**Task objective**
Keep to one stretch of the data below, the lines from the one with "v1 (4.7625,0,2.2606)" up to and including the one with "v3 (3.4544,0,5.3848)", and return that stretch exactly.
--- Data in this exercise Enclosed Below ---
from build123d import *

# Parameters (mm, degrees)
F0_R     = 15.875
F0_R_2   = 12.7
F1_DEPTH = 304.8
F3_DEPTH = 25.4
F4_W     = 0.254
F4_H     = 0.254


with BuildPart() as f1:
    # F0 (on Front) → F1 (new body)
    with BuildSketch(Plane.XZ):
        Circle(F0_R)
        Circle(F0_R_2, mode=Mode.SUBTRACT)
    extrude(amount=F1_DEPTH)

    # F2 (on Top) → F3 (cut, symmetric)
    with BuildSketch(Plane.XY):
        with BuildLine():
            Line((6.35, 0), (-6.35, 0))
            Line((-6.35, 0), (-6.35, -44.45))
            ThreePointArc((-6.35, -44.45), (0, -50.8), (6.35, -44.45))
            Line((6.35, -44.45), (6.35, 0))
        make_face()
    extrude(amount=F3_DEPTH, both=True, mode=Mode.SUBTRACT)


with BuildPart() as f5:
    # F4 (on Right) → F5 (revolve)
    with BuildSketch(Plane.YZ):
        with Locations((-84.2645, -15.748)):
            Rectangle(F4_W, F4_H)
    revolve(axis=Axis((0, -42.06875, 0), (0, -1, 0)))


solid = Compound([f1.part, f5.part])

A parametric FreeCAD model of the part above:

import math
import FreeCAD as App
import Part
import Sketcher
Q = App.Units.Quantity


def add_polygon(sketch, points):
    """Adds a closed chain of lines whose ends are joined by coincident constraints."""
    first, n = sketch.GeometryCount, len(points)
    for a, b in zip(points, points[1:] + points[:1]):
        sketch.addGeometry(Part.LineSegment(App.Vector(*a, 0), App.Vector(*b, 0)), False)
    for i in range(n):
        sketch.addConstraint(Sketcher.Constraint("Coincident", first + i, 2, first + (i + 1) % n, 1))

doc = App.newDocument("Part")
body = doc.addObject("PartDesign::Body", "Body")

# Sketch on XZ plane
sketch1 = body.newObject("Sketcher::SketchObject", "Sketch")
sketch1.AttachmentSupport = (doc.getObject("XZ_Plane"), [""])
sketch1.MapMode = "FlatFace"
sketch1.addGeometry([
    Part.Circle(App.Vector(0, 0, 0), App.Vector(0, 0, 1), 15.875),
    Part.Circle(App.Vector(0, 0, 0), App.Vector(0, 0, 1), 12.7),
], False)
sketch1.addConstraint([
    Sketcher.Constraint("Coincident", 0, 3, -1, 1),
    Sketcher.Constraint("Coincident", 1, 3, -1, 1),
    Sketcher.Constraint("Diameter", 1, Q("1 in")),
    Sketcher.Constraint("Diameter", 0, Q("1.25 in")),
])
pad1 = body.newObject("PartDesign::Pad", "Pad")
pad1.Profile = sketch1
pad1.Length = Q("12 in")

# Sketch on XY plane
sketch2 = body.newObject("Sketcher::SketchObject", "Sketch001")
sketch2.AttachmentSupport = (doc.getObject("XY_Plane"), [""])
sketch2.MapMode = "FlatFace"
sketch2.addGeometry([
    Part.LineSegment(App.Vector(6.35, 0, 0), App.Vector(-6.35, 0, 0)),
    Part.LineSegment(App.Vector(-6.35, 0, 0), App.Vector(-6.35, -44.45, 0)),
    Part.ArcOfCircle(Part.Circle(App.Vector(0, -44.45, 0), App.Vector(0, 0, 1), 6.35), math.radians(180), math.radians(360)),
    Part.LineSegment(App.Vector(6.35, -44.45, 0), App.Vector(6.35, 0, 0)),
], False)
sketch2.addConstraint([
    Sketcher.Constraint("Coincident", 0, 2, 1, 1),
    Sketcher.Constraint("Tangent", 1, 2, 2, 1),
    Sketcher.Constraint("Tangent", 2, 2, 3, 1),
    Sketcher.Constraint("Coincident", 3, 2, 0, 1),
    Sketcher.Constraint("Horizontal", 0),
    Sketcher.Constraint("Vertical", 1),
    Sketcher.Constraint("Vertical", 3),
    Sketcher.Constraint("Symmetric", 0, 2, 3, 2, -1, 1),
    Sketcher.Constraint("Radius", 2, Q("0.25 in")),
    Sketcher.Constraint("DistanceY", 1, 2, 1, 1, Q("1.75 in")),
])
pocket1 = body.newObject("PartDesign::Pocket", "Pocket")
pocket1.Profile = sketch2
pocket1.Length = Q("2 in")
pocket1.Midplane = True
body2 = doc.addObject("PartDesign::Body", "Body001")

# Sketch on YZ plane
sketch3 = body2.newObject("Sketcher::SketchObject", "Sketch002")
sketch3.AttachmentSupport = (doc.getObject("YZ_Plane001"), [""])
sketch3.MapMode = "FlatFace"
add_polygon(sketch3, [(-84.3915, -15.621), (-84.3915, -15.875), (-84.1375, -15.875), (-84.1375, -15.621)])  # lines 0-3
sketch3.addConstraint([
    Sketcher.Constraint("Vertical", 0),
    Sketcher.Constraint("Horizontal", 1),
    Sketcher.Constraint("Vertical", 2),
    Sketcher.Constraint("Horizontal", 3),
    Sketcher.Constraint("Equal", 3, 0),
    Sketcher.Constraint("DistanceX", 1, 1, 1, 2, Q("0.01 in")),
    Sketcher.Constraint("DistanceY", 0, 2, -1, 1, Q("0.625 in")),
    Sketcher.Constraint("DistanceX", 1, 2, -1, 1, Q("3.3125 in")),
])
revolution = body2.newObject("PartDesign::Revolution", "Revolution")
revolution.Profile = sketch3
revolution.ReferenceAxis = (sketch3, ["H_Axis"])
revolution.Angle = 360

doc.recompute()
--- End of Enclosed Data in this exercise ---
--- Data in this exercise Enclosed Below ---
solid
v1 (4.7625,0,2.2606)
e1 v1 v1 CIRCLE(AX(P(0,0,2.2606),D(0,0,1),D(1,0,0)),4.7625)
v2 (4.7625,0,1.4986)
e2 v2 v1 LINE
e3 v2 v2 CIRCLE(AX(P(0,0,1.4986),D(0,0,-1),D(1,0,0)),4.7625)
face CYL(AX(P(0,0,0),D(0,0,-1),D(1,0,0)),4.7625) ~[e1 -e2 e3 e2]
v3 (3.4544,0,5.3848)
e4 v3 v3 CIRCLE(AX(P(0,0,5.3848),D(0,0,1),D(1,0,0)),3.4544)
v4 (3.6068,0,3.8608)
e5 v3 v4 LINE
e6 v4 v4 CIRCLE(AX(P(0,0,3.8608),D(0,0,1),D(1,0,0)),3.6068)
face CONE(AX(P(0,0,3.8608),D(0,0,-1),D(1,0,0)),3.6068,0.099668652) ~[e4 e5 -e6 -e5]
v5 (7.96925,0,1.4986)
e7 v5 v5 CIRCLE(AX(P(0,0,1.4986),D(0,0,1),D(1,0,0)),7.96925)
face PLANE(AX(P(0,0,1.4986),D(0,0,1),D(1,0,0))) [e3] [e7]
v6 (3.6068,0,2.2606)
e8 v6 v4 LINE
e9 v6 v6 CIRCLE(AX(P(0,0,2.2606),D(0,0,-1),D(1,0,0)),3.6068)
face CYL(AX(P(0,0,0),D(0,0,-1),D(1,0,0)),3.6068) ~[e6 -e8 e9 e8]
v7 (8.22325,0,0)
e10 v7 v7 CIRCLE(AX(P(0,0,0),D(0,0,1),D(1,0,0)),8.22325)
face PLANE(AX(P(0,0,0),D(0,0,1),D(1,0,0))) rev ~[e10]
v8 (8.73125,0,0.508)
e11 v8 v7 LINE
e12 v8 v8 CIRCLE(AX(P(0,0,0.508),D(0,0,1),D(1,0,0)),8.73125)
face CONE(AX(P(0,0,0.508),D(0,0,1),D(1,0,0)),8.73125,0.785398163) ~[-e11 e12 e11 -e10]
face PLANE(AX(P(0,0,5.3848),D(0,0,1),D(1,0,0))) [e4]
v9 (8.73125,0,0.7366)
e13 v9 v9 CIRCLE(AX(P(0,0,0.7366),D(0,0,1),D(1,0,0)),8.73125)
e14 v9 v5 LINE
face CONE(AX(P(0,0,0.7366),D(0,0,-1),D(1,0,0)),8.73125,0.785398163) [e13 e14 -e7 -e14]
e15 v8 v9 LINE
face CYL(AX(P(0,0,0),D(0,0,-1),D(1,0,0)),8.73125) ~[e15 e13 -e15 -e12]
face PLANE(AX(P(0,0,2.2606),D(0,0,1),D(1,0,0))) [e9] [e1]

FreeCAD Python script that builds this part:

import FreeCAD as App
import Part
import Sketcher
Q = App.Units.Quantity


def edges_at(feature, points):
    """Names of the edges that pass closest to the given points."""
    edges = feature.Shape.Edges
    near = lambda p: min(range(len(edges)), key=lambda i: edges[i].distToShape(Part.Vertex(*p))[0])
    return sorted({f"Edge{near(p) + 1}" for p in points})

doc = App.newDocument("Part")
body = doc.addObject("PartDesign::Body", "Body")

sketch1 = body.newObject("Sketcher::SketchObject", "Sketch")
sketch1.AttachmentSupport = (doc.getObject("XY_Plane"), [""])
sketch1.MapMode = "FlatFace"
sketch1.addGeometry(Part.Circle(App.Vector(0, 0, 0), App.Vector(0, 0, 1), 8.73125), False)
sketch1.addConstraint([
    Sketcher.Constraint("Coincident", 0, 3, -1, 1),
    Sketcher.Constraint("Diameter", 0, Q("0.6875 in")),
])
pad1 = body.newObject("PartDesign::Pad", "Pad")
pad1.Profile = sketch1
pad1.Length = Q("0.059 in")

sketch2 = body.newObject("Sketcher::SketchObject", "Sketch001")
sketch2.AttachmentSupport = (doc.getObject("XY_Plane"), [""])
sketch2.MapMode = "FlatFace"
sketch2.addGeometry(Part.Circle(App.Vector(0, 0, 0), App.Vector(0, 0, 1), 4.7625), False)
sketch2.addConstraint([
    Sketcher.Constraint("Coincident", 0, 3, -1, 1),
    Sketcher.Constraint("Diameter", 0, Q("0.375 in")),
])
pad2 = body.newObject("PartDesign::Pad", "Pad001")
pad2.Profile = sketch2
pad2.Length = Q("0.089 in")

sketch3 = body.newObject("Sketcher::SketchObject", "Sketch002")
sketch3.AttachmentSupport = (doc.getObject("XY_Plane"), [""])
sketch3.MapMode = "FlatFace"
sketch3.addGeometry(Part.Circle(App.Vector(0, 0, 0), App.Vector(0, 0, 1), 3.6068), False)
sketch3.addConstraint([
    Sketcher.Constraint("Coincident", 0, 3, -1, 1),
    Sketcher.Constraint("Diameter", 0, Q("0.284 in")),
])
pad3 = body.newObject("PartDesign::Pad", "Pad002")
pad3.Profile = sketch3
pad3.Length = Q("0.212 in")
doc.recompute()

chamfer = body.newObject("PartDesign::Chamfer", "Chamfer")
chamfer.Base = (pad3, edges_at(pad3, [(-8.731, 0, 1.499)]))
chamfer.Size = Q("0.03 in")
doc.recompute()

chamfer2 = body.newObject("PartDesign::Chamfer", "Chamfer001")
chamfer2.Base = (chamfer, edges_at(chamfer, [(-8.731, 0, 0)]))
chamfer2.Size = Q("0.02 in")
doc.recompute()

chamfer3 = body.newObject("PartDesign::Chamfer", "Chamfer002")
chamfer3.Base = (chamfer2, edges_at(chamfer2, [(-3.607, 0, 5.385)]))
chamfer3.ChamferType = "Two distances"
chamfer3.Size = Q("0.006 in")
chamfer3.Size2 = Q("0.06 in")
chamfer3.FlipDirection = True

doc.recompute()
--- End of Enclosed Data in this exercise ---
**Solved exercise**
v1 (4.7625,0,2.2606)
e1 v1 v1 CIRCLE(AX(P(0,0,2.2606),D(0,0,1),D(1,0,0)),4.7625)
v2 (4.7625,0,1.4986)
e2 v2 v1 LINE
e3 v2 v2 CIRCLE(AX(P(0,0,1.4986),D(0,0,-1),D(1,0,0)),4.7625)
face CYL(AX(P(0,0,0),D(0,0,-1),D(1,0,0)),4.7625) ~[e1 -e2 e3 e2]
v3 (3.4544,0,5.3848)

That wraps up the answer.